Replicating Bash Argument Splitting
Sometimes it really is just a Small Matter of Programming
December 28, 2021
A few weeks ago I was writing a macro loader for my JSON Processor, and I ran into an odd case where code I entered in the terminal was splitting differently to code I loaded from a file. It turns out that Bash’s word splitting behaves differently for arguments than it does for variables.
When processing args Bash will not split quoted words that contain a delimiter:
printf "%s\n" foo 'bar baz'
foo
bar baz
But if those args are in a string:
input='foo "bar baz"'
printf "%s\n" "$input"
foo "bar baz"
Or unquoted:
printf "%s\n" $input
foo
"bar
baz"
What I really want is to split the variable into an array of words. Then printf works as I want it to:
input=(foo "bar baz")
printf "%s\n" "${input[@]}"
foo
bar baz
I can’t use read -a
because that will split input ignoring quotes. And launching a subshell to another program (awk, xargs) is too slow for my use case.
Bash’s argument processing is hardcoded in its parser: modifying IFS has no effect. This is also a hint for the first solution, just use eval:
input='foo "bar baz"'
eval "printf \"%s\n\" $input"
foo
bar baz
But using eval invites a whole set of complications I’d rather avoid.
Bash Quoting
Bash splits arguments on unescaped spaces, horizontal tabs and newlines. So to determine when to split a word we need to understand Bash escape rules. There are four(ish) kinds:
- Unquoted - tab/space/newline/backslash can be escaped with backslash
- Single quoted - literal string, no escapes recognized
- Double quoted - five characters (
$\
\"\n`) can be escaped with backslash - ANSI-C - single quotes can be escaped and many other backslash sequences are recognized
Splitting words like arguments
Decoding and interpreting ANSI-C escape sequences seems difficult, and I don’t need to support it for my use case. To handle the other three kinds, I need to write code which handles each set of escape rules, scan a string and to keep track which kind of quoting is currently in effect.

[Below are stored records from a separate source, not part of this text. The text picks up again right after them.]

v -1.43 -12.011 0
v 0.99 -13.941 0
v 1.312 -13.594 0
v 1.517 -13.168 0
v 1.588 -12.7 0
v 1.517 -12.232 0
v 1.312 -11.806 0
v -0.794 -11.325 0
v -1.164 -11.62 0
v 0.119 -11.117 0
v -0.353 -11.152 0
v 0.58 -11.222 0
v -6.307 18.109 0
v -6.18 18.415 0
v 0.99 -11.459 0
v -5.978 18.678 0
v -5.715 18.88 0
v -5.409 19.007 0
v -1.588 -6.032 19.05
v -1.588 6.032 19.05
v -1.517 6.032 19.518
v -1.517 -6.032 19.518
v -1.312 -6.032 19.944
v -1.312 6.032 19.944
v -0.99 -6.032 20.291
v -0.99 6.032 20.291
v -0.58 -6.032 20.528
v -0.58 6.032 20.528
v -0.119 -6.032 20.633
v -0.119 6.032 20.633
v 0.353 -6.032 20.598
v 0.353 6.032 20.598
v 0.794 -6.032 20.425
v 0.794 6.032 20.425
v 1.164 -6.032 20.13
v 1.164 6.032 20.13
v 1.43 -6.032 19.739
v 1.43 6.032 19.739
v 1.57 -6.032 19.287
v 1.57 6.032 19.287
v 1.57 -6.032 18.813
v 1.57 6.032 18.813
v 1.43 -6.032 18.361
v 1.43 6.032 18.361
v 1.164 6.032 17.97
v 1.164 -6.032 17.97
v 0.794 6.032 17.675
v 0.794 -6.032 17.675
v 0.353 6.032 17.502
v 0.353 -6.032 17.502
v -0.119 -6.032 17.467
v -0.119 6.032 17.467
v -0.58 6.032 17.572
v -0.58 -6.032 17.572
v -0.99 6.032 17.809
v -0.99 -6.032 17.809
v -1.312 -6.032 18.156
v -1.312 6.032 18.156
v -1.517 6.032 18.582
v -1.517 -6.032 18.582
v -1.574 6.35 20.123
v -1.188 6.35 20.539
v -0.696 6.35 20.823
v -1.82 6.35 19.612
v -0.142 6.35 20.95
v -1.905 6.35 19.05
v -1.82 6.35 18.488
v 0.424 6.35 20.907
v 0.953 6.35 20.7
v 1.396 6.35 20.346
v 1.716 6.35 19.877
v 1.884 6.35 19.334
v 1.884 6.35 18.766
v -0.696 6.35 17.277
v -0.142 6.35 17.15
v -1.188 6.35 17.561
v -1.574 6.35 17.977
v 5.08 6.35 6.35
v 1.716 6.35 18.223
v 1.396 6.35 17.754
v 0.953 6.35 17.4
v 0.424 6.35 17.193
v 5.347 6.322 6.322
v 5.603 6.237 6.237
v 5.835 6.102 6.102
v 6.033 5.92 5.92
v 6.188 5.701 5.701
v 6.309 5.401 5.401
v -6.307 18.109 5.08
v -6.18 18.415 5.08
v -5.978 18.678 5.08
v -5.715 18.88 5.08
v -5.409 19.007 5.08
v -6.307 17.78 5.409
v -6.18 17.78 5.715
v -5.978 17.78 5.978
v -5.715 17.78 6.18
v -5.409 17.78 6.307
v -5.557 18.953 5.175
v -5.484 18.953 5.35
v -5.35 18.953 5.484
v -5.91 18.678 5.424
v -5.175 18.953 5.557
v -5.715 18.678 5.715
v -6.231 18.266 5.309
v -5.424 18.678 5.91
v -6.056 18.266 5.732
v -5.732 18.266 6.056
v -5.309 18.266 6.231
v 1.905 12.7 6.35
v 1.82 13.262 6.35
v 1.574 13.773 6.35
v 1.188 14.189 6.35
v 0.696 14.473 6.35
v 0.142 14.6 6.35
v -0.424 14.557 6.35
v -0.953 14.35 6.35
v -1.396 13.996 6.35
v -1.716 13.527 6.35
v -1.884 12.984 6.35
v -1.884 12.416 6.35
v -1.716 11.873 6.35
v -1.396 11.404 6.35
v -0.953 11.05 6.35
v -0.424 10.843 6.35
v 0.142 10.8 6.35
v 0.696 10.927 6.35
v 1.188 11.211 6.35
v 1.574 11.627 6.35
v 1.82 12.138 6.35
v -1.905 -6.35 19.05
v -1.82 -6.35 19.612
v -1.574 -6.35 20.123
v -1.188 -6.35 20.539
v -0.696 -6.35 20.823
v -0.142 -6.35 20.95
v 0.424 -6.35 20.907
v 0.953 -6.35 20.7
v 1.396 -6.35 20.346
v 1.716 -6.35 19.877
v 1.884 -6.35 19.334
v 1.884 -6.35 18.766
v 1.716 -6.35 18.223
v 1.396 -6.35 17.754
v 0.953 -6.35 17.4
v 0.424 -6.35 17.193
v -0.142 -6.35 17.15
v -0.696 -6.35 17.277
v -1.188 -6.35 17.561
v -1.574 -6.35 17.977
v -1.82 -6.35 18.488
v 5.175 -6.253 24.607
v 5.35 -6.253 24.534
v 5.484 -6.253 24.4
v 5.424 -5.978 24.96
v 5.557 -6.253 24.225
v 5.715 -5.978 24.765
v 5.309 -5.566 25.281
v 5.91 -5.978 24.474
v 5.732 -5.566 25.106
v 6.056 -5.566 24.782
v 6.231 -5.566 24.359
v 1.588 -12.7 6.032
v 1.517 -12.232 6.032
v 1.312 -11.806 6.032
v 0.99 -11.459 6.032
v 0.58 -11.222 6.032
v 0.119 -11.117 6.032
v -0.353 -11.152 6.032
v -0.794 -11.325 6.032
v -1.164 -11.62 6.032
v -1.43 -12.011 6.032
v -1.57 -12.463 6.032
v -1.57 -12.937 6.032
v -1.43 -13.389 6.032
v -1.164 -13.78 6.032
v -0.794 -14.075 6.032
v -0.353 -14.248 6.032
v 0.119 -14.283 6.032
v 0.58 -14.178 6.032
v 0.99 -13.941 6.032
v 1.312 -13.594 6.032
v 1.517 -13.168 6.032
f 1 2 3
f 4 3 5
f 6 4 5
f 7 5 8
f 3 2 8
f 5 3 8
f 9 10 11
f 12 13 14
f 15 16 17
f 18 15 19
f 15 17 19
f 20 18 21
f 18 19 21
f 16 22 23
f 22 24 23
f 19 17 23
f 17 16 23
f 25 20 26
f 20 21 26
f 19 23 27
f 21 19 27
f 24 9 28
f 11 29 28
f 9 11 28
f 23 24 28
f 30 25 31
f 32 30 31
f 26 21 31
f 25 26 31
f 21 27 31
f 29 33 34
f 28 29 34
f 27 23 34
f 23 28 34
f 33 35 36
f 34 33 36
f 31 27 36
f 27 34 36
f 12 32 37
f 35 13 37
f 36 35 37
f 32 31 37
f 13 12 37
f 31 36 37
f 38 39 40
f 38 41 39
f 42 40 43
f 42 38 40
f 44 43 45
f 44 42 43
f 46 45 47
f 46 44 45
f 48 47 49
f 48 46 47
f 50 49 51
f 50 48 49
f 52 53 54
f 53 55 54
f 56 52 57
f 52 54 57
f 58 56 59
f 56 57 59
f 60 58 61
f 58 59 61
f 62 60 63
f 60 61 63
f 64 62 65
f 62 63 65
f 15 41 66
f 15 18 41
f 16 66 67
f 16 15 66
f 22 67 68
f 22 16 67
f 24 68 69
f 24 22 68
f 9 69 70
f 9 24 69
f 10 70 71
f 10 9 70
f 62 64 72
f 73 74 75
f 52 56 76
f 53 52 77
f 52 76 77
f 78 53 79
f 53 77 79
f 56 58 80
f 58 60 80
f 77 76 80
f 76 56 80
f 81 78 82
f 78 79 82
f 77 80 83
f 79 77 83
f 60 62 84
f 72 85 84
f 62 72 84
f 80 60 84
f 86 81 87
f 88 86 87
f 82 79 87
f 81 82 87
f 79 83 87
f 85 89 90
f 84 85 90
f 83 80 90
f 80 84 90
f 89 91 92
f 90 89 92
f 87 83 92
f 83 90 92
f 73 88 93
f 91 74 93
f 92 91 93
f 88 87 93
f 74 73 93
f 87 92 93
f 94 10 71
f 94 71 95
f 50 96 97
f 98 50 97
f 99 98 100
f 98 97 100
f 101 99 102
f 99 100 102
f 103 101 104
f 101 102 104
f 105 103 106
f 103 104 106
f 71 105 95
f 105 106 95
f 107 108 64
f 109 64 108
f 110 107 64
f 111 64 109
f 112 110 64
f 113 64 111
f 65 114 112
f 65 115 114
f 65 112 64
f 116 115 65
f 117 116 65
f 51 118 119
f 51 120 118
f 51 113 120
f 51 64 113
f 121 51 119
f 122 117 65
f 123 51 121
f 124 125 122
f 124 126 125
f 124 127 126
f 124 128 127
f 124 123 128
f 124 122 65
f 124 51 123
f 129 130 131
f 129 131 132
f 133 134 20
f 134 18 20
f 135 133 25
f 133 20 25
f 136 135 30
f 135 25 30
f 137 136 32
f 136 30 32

Here’s what I came up with:
wordsplit () {
WORDS=()
WORDC=0
WORDERR=
OPTIND=1
local quo= word= esc=
while getopts ":" opt "-$1";do
if [ -z $quo ];then
if [ "$OPTARG" = '\' ]&&[ -z "$esc" ];then
esc=1
continue
elif ([[ "$OPTARG" == [$' \t\n'] ]]&&[ -z "$esc" ]);then
if [ -n "$word" ];then
WORDS+=("$word")
word=
(( WORDC++ ))
fi
continue
elif ([ "$OPTARG" = "'" ]||[ "$OPTARG" = '"' ])&&[ -z "$esc" ];then
quo="$OPTARG"
continue
fi
elif [ "$quo" = '"' ];then
if [ -n "$esc" ];then
! [[ "$OPTARG" == [$'$\\`"\n'] ]] && word+='\'
elif [ "$OPTARG" = '\' ];then
esc=1
continue
elif [ "$OPTARG" = '"' ];then
quo=
continue
fi
elif [ "$OPTARG" = "$quo" ];then # single quote term
quo=
continue
fi
word+="$OPTARG"
esc=
done
if [ -n "$quo" ];then
WORDERR="found unterminated string"
return 1
elif [ -n "$word" ];then
WORDS+=("$word")
(( WORDC++ ))
fi
return 0
}
This function accepts a single string argument which it splits into the WORDS
array (Bash doesn’t really support return values). It inspects the string byte-by-byte using the getopts string split trick. I like this trick because it’s fast and avoids maintaining an index and using substrings.
The first conditional block [ -z $quo ]
handles unquoted strings; all word splitting happens outside of quotes, so this is the longest block.
The second top-level block [ "$quo" = '"' ]
handles double quotes string escapes. One complication here is only five characters can be escaped, so if we’re in escape mode and the current character is not one of those, the code appends a backslash to the current word which would have been ignored when it was seen in the previous iteration.
The last top-level block [ "$OPTARG" = "$quo" ]
just catches the case of a single-quoted string terminator.
Once the loop ends wordsplit
checks for the unterminated string error condition, and also a dangling word.
Here it is in action:
wordsplit ' foo bar\ baz "a b\"c" \d';printf "%s\n" "${WORDS[@]}"
foo
bar baz
a b"c
d
I’ve uploaded the code to GitHub. It has a test suite but as shell quoting is a treacherous business, if you find any bugs please let me know!
Notes
- Greg’s wiki page on Bash quoting has advice and examples (the whole wiki is pretty great).